Your write up sounds fine, is a bit vague--why ponies? Social justice for what cause?
posted by Ideefixe at 9:06 AM on March 9, 2014 [5 favorites]


I don't have anything constructive to add or any useful tips, but I wanted to let you know that I like your profile and I think it's fine to leave it as is. It's witty, humorous, interesting, and not too over the top wacky.
posted by Fairchild at 9:09 AM on March 9, 2014 [5 favorites]


I agree with Ideefixe on your pictures.

The write-up is great. You sound like someone I would happily message, were I single and looking for a fun, interesting date. The one thing that struck me is odd is that you seem to have a relatively fun, sunny write-up... until you get to your favorite books. While many of those are also on my favorite books list, they're all maybe a wee bit on the "dark and psychologically disturbed / disturbing" side of the literary spectrum, and it's kind of jarring after the rest of your profile. Maybe say a bit about why you're drawn to that sort of literature?

Definitely not too wacky or overly precious or anything. I think you sound absolutely fun.
posted by erst at 9:10 AM on March 9, 2014 [1 favorite]


You sound smart and quirky and flippant. If that is who you are, I would leave it. The only line that is a turnoff is your flipping a coin joke. It's too self deprecating, even if you are joking. I agree with Ideefixe about the photo.
posted by gt2 at 9:12 AM on March 9, 2014 [5 favorites]


"You flip a coin and you lose..."

I would take this line out; I know you're just joking, but it smells of low self-esteem and that would put me off.
posted by I_read_somewhere_that_. . . at 9:15 AM on March 9, 2014 [4 favorites]


Agree with most of the above. There's a small typo, though - should be "wardrobe staple" (but it does make me curious to see that shirt).
posted by mireille at 9:21 AM on March 9, 2014 [1 favorite]


I like the third blue-shirt picture better than the one that's currently first. The lighting isn't as good but your smile is nice in that one.
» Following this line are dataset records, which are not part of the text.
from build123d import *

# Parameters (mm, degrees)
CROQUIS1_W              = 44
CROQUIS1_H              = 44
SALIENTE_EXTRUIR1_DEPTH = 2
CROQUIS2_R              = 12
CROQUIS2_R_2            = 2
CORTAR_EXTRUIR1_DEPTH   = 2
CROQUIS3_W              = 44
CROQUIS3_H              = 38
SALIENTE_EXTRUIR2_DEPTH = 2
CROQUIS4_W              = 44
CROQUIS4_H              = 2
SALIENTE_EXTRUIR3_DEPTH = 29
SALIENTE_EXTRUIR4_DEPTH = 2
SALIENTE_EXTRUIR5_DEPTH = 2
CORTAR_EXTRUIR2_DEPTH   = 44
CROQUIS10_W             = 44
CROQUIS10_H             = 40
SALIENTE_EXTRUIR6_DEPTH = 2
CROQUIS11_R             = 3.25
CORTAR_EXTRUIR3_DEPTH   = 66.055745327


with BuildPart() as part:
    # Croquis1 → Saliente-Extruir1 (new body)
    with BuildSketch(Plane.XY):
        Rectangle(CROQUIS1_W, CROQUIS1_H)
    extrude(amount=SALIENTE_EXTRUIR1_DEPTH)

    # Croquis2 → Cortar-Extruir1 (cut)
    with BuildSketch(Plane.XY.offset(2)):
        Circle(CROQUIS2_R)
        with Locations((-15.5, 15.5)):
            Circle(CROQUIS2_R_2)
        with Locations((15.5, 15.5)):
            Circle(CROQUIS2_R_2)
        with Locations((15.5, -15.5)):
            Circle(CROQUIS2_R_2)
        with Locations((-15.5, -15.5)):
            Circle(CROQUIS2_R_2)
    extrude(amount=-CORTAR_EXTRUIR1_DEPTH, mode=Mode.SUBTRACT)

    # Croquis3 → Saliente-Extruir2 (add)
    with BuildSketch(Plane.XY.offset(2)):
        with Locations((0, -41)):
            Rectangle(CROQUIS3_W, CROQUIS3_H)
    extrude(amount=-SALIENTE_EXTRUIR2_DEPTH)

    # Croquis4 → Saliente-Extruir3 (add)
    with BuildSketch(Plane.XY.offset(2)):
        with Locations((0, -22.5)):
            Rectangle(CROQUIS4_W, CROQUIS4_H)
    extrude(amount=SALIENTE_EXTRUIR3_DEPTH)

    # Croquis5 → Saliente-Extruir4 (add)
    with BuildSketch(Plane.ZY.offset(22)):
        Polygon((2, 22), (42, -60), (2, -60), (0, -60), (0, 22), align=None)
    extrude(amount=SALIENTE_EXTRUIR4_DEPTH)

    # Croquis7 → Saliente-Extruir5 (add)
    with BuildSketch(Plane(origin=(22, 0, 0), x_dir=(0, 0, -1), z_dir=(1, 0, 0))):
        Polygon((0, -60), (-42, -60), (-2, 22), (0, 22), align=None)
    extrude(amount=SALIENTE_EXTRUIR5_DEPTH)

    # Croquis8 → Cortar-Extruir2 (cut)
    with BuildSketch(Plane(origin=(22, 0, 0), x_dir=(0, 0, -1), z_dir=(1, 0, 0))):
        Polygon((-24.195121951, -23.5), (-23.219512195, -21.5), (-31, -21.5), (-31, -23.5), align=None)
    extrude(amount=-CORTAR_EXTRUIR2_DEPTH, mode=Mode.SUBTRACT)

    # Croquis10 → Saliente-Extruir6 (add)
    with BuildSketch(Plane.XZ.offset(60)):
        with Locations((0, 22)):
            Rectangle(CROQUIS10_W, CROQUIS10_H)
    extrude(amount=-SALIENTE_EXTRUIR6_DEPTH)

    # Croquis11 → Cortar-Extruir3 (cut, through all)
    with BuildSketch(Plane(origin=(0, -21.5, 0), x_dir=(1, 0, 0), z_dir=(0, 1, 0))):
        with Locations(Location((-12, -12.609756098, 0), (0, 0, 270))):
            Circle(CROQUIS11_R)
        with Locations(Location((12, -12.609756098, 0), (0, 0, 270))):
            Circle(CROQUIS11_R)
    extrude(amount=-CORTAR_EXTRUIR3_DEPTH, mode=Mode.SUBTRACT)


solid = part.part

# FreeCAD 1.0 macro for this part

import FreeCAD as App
import Part
import Sketcher
Q = App.Units.Quantity


def add_polygon(sketch, points):
    """Adds a closed chain of lines whose ends are joined by coincident constraints."""
    first, n = sketch.GeometryCount, len(points)
    for a, b in zip(points, points[1:] + points[:1]):
        sketch.addGeometry(Part.LineSegment(App.Vector(*a, 0), App.Vector(*b, 0)), False)
    for i in range(n):
        sketch.addConstraint(Sketcher.Constraint("Coincident", first + i, 2, first + (i + 1) % n, 1))

doc = App.newDocument("Part")
params = doc.addObject("Spreadsheet::Sheet", "Params")
for row, (alias, value) in enumerate([
    ("sketch1_width", "44 mm"),
    ("pad1_length", "2 mm"),
    ("sketch2_diameter", "24 mm"),
    ("sketch2_diameter2", "4 mm"),
    ("pocket1_length", "2 mm"),
    ("sketch3_width", "44 mm"),
    ("sketch3_height", "38 mm"),
    ("pad2_length", "2 mm"),
    ("sketch4_width", "44 mm"),
    ("sketch4_height", "2 mm"),
    ("pad3_length", "29 mm"),
    ("sketch5_width", "82 mm"),
    ("sketch5_height", "2 mm"),
    ("sketch5_height2", "42 mm"),
    ("pad4_length", "2 mm"),
    ("sketch6_width", "82 mm"),
    ("sketch6_height", "42 mm"),
    ("sketch6_height2", "2 mm"),
    ("pad5_length", "2 mm"),
    ("sketch7_width", "2 mm"),
    ("pocket2_length", "44 mm"),
    ("sketch8_width", "44 mm"),
    ("sketch8_height", "40 mm"),
    ("pad6_length", "2 mm"),
    ("sketch9_diameter", "6.5 mm"),
], start=1):
    params.set(f"A{row}", alias)
    params.set(f"B{row}", "=" + value)
    params.setAlias(f"B{row}", alias)

body = doc.addObject("PartDesign::Body", "Body")

# Sketch on XY plane
sketch1 = doc.addObject("Sketcher::SketchObject", "Sketch")
body.addObject(sketch1)
sketch1.AttachmentSupport = (doc.XY_Plane, [""])
sketch1.MapMode = "FlatFace"
add_polygon(sketch1, [(-22, 22), (-22, -22), (22, -22), (22, 22)])  # lines 0-3
sketch1.addConstraint([
    Sketcher.Constraint("Vertical", 0),
    Sketcher.Constraint("Horizontal", 1),
    Sketcher.Constraint("Vertical", 2),
    Sketcher.Constraint("Horizontal", 3),
    Sketcher.Constraint("Symmetric", 0, 2, 2, 2, -1, 1),
    Sketcher.Constraint("Equal", 3, 0),
    Sketcher.Constraint("DistanceX", 1, 1, 1, 2, Q("44 mm")),
])
sketch1.setExpression("Constraints[10]", "Params.sketch1_width")
pad1 = doc.addObject("PartDesign::Pad", "Pad")
body.addObject(pad1)
pad1.Profile = sketch1
pad1.setExpression("Length", "Params.pad1_length")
I agree though - these pictures are okay but not great, so see if you can get a couple of better ones, and include at least one full-body picture of you doing something.
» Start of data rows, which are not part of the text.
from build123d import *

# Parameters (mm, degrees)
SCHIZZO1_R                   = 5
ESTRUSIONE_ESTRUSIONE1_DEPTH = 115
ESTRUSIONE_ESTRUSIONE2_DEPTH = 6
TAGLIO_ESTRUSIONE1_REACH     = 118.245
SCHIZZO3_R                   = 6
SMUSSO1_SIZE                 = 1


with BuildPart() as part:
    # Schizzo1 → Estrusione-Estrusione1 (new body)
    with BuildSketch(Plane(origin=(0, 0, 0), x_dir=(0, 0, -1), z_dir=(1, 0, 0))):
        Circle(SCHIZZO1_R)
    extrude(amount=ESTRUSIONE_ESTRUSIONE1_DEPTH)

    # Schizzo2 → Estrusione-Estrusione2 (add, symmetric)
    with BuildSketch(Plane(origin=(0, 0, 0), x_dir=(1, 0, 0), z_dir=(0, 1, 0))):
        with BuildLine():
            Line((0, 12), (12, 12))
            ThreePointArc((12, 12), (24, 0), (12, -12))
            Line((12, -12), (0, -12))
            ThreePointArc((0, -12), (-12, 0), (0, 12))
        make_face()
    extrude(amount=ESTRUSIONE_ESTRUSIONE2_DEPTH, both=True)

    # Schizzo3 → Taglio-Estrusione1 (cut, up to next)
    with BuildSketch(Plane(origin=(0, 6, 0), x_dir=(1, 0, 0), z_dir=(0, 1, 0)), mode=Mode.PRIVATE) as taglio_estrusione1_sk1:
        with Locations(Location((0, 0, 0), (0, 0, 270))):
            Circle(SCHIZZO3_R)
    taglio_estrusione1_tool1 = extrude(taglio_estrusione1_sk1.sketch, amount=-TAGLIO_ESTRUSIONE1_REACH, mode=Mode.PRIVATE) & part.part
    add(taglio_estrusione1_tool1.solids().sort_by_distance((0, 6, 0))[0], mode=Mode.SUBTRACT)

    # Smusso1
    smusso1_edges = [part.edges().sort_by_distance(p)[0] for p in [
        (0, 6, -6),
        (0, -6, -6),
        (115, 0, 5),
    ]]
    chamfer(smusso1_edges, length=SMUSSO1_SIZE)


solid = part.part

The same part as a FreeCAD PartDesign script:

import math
import FreeCAD as App
import Part
import Sketcher
Q = App.Units.Quantity


def edges_at(feature, points):
    """Names of the edges that pass closest to the given points."""
    edges = feature.Shape.Edges
    near = lambda p: min(range(len(edges)), key=lambda i: edges[i].distToShape(Part.Vertex(*p))[0])
    return sorted({f"Edge{near(p) + 1}" for p in points})

doc = App.newDocument("Part")
params = doc.addObject("Spreadsheet::Sheet", "Params")
for row, (alias, value) in enumerate([
    ("sketch1_diameter", "10 mm"),
    ("pad1_length", "115 mm"),
    ("sketch2_radius", "12 mm"),
    ("sketch2_width", "12 mm"),
    ("pad2_length", "12 mm"),
    ("sketch3_diameter", "12 mm"),
    ("chamfer_size", "1 mm"),
], start=1):
    params.set(f"A{row}", alias)
    params.set(f"B{row}", "=" + value)
    params.setAlias(f"B{row}", alias)

body = doc.addObject("PartDesign::Body", "Body")

sketch1 = body.newObject("Sketcher::SketchObject", "Sketch")
sketch1.AttachmentSupport = (doc.getObject("YZ_Plane"), [""])
sketch1.MapMode = "FlatFace"
sketch1.addGeometry(Part.Circle(App.Vector(0, 0, 0), App.Vector(0, 0, 1), 5), False)
sketch1.addConstraint([
    Sketcher.Constraint("Coincident", 0, 3, -1, 1),
    Sketcher.Constraint("Diameter", 0, Q("10 mm")),
])
sketch1.setExpression("Constraints[1]", "Params.sketch1_diameter")
pad1 = body.newObject("PartDesign::Pad", "Pad")
pad1.Profile = sketch1
pad1.setExpression("Length", "Params.pad1_length")

sketch2 = body.newObject("Sketcher::SketchObject", "Sketch001")
sketch2.AttachmentSupport = (doc.getObject("XZ_Plane"), [""])
sketch2.MapMode = "FlatFace"
sketch2.addGeometry([
    Part.LineSegment(App.Vector(12, -12, 0), App.Vector(0, -12, 0)),
    Part.ArcOfCircle(Part.Circle(App.Vector(0, 0, 0), App.Vector(0, 0, 1), 12), math.radians(90), math.radians(270)),
    Part.LineSegment(App.Vector(0, 12, 0), App.Vector(12, 12, 0)),
    Part.ArcOfCircle(Part.Circle(App.Vector(12, 0, 0), App.Vector(0, 0, 1), 12), math.radians(-90), math.radians(90)),
], False)
sketch2.addConstraint([
    Sketcher.Constraint("Tangent", 0, 2, 1, 2),
    Sketcher.Constraint("Tangent", 1, 1, 2, 1),
    Sketcher.Constraint("Tangent", 2, 2, 3, 2),
    Sketcher.Constraint("Tangent", 3, 1, 0, 1),
    Sketcher.Constraint("Horizontal", 0),
    Sketcher.Constraint("Horizontal", 2),
    Sketcher.Constraint("Coincident", 1, 3, -1, 1),
    Sketcher.Constraint("Radius", 1, Q("12 mm")),
    Sketcher.Constraint("DistanceX", 0, 2, 0, 1, Q("12 mm")),
])
sketch2.setExpression("Constraints[7]", "Params.sketch2_radius")
sketch2.setExpression("Constraints[8]", "Params.sketch2_width")
pad2 = body.newObject("PartDesign::Pad", "Pad001")
pad2.Profile = sketch2
pad2.setExpression("Length", "Params.pad2_length")
pad2.Midplane = True

sketch3 = body.newObject("Sketcher::SketchObject", "Sketch002")
sketch3.AttachmentSupport = (doc.getObject("XZ_Plane"), [""])
sketch3.MapMode = "FlatFace"
sketch3.AttachmentOffset = App.Placement(App.Vector(0, 0, -6), App.Rotation())
sketch3.addGeometry(Part.Circle(App.Vector(0, 0, 0), App.Vector(0, 0, 1), 6), False)
sketch3.addConstraint([
    Sketcher.Constraint("Coincident", 0, 3, -1, 1),
    Sketcher.Constraint("Diameter", 0, Q("12 mm")),
])
sketch3.setExpression("Constraints[1]", "Params.sketch3_diameter")
pocket1 = body.newObject("PartDesign::Pocket", "Pocket")
pocket1.Profile = sketch3
pocket1.Type = "UpToFirst"
pocket1.Reversed = True
doc.recompute()

chamfer = body.newObject("PartDesign::Chamfer", "Chamfer")
chamfer.Base = (pocket1, edges_at(pocket1, [(0, 6, -6), (0, -6, -6), (115, 0, 5)]))
chamfer.setExpression("Size", "Params.chamfer_size")

doc.recompute()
You have a lot of details and invitations for further conversation that make it easy for someone to message you, so that's good.

I agree that you should take out the flip the coin bit. In general I would also go through and try to find places where you can tone down the smartness a little bit. You're coming across to me as a really friendly, nice, smart and quirky person, but there is just a hint of trying-too-hard-to-be-smart-and-funny. Which, I know, is practically impossible to avoid. So for instance, don't say "cogitating," just say thinking. But that is a pretty minor quibble. Overall I think it's a great profile. Get better pictures and you'll be in good shape!
posted by aka burlap at 9:24 AM on March 9, 2014 [3 favorites]


You really need better pictures.* That's not a critique of how you look - it's a criticism of the pictures themselves. Get someone with a good DSLR to take some pictures of you. Spend some time on it. Make sure you have good lighting. Take a lot of pictures, choose the best.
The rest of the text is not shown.